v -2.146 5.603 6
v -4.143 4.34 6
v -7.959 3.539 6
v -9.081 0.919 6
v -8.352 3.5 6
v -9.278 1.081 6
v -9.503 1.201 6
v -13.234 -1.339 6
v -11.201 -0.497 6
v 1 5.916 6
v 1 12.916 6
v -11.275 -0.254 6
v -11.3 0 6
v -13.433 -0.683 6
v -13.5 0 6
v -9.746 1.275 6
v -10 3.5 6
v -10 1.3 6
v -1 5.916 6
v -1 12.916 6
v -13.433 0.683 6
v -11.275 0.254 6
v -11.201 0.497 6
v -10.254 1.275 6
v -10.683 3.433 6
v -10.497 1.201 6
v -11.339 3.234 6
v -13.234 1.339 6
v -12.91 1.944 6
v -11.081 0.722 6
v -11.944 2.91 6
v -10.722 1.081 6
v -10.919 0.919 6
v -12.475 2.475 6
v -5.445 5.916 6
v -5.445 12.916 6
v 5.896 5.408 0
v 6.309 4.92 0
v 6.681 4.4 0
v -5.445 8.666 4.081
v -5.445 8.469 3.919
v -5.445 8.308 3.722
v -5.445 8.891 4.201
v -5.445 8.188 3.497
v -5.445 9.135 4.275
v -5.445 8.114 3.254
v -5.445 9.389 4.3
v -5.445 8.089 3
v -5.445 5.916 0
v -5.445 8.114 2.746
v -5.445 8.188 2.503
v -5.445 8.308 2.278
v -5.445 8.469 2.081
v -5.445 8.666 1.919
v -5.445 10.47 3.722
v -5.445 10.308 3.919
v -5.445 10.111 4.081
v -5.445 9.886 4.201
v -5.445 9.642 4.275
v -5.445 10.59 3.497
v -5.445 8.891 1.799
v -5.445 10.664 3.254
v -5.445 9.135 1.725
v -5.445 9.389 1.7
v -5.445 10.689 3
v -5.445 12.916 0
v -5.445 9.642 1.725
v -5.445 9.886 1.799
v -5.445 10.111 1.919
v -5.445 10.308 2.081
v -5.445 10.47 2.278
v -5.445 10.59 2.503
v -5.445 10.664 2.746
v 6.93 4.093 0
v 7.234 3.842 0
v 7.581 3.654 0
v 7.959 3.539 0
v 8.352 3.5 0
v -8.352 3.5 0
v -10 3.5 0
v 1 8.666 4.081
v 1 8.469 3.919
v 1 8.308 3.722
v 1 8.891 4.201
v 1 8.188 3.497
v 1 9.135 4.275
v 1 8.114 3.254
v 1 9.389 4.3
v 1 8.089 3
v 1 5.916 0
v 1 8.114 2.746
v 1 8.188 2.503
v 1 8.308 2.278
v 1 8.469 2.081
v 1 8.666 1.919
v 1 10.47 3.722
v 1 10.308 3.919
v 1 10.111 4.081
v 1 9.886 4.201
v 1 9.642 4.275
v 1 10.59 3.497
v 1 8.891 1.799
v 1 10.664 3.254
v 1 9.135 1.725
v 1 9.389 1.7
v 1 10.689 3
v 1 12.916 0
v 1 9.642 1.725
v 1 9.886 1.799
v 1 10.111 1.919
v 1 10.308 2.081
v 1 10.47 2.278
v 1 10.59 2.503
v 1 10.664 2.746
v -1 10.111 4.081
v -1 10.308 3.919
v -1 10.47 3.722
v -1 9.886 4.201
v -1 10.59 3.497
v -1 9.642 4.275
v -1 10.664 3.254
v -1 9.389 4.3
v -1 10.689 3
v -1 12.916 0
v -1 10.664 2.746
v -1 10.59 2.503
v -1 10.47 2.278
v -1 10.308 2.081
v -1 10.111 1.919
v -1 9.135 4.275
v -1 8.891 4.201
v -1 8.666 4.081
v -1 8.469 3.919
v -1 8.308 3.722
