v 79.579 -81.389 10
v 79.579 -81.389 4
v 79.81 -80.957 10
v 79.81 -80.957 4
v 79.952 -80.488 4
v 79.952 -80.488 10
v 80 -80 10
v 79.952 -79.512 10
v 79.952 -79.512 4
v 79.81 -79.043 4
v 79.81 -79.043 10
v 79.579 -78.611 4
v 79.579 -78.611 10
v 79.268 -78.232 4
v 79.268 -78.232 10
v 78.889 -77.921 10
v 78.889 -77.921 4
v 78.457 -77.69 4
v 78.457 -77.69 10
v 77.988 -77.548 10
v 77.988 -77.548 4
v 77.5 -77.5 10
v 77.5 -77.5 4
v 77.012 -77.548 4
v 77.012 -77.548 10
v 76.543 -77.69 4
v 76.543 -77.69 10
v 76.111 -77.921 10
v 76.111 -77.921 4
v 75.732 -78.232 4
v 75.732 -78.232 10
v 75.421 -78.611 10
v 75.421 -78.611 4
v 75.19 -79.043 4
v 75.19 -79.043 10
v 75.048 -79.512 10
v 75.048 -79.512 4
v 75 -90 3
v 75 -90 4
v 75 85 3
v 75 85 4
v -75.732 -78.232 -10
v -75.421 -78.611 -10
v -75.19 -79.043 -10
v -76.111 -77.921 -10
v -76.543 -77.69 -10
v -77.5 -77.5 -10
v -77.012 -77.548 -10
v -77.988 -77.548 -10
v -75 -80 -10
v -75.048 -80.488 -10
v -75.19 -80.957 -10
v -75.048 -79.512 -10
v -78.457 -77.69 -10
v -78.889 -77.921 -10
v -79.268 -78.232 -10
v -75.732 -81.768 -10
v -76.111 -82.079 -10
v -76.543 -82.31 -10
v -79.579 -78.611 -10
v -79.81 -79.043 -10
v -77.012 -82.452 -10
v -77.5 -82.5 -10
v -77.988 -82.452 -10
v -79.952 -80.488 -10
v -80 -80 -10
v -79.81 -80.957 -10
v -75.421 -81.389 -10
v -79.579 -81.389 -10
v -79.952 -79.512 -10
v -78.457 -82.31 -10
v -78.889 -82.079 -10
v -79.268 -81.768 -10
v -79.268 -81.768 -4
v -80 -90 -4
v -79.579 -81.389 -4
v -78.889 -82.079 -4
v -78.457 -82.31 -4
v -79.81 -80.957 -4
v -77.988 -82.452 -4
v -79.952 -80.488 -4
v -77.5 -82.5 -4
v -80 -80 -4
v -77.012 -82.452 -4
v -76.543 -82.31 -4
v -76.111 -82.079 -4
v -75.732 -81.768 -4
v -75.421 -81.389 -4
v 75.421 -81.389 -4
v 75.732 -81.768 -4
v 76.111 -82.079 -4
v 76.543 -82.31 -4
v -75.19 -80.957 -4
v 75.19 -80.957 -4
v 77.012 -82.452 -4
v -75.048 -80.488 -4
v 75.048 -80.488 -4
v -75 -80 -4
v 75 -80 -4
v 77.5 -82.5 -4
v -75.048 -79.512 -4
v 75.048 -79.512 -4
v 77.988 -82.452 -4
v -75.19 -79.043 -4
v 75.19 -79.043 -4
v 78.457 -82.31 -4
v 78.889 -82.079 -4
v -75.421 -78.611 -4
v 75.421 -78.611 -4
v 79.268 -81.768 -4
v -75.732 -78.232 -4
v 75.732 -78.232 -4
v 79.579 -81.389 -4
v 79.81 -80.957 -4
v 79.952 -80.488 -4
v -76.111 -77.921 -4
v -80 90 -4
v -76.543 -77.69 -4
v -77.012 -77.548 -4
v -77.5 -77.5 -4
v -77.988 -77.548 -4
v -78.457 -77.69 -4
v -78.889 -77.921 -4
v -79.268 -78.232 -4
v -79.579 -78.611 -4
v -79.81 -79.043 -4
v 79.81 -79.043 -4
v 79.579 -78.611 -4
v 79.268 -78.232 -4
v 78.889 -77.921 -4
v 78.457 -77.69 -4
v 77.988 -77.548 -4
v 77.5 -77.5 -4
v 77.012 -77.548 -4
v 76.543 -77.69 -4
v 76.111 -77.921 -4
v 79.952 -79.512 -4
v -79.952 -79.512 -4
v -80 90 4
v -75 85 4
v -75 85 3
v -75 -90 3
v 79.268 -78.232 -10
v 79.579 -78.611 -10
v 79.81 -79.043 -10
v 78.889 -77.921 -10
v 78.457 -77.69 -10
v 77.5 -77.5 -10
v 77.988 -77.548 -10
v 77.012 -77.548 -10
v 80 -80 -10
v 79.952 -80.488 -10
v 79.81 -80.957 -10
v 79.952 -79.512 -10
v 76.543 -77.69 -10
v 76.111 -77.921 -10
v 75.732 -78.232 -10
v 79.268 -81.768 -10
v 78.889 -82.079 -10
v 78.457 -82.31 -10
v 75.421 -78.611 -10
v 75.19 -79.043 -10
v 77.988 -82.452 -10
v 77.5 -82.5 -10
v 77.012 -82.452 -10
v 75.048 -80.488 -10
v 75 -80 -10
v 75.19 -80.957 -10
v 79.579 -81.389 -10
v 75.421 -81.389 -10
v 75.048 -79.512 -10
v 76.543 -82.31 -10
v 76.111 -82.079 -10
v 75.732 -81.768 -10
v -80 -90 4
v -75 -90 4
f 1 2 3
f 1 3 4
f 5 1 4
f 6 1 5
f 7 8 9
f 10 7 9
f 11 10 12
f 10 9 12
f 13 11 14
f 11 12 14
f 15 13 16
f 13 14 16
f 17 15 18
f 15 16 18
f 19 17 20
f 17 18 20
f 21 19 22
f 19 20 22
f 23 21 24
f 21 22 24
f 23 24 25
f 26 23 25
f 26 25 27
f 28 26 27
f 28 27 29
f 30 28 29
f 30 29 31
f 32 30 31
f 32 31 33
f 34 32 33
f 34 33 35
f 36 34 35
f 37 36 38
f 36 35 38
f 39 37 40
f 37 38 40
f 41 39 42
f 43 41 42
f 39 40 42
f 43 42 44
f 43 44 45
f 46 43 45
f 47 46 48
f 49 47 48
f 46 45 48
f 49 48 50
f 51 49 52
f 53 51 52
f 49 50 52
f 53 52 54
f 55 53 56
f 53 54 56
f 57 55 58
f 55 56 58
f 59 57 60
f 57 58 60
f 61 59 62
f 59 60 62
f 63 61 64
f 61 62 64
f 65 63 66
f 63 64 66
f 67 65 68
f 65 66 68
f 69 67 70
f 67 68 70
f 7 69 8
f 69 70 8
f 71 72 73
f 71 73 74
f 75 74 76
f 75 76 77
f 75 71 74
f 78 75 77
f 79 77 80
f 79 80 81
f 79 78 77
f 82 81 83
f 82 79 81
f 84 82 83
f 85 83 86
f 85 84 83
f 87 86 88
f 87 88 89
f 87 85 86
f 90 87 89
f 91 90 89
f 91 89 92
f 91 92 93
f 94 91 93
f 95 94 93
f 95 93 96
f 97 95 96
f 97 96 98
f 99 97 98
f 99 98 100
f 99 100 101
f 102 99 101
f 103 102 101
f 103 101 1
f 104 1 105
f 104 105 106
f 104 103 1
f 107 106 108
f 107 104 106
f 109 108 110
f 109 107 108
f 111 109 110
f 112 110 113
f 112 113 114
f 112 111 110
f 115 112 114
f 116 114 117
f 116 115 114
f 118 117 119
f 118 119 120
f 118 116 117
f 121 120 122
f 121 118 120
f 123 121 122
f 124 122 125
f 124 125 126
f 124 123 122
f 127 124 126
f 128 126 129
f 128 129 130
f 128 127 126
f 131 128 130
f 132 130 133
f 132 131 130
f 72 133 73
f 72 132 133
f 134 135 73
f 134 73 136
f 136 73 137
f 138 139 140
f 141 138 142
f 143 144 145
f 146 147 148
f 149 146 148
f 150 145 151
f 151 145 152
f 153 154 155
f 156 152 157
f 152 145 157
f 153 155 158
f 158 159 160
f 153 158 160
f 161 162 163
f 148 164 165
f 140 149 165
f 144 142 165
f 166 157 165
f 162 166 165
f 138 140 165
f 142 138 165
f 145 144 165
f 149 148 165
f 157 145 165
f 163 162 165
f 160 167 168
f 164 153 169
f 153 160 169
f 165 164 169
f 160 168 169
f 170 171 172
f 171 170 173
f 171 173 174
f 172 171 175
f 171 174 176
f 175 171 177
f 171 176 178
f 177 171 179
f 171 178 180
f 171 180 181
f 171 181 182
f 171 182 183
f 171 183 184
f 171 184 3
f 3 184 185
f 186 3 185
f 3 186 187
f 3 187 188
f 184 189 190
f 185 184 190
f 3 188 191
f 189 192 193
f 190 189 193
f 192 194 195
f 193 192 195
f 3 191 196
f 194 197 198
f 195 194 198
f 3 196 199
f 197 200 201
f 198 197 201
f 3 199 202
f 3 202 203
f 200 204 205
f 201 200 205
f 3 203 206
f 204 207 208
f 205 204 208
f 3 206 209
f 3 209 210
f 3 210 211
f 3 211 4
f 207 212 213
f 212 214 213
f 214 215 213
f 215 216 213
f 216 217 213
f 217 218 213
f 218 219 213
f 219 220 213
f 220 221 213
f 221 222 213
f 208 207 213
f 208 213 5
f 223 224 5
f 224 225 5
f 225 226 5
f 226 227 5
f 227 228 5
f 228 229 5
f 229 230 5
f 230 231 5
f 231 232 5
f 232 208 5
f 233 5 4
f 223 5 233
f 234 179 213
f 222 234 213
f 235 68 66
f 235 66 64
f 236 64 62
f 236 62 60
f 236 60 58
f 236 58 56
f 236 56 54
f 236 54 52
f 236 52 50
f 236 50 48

ABOUT THIS EXERCISE: For the material above, reproduce exactly the lines from the line with "v -77.012 -82.452 -10" to the line with "v -75.19 -79.043 -4", inclusive, and exclude all others.

OUTPUT FOR THIS TASK:
v -77.012 -82.452 -10
v -77.5 -82.5 -10
v -77.988 -82.452 -10
v -79.952 -80.488 -10
v -80 -80 -10
v -79.81 -80.957 -10
v -75.421 -81.389 -10
v -79.579 -81.389 -10
v -79.952 -79.512 -10
v -78.457 -82.31 -10
v -78.889 -82.079 -10
v -79.268 -81.768 -10
v -79.268 -81.768 -4
v -80 -90 -4
v -79.579 -81.389 -4
v -78.889 -82.079 -4
v -78.457 -82.31 -4
v -79.81 -80.957 -4
v -77.988 -82.452 -4
v -79.952 -80.488 -4
v -77.5 -82.5 -4
v -80 -80 -4
v -77.012 -82.452 -4
v -76.543 -82.31 -4
v -76.111 -82.079 -4
v -75.732 -81.768 -4
v -75.421 -81.389 -4
v 75.421 -81.389 -4
v 75.732 -81.768 -4
v 76.111 -82.079 -4
v 76.543 -82.31 -4
v -75.19 -80.957 -4
v 75.19 -80.957 -4
v 77.012 -82.452 -4
v -75.048 -80.488 -4
v 75.048 -80.488 -4
v -75 -80 -4
v 75 -80 -4
v 77.5 -82.5 -4
v -75.048 -79.512 -4
v 75.048 -79.512 -4
v 77.988 -82.452 -4
v -75.19 -79.043 -4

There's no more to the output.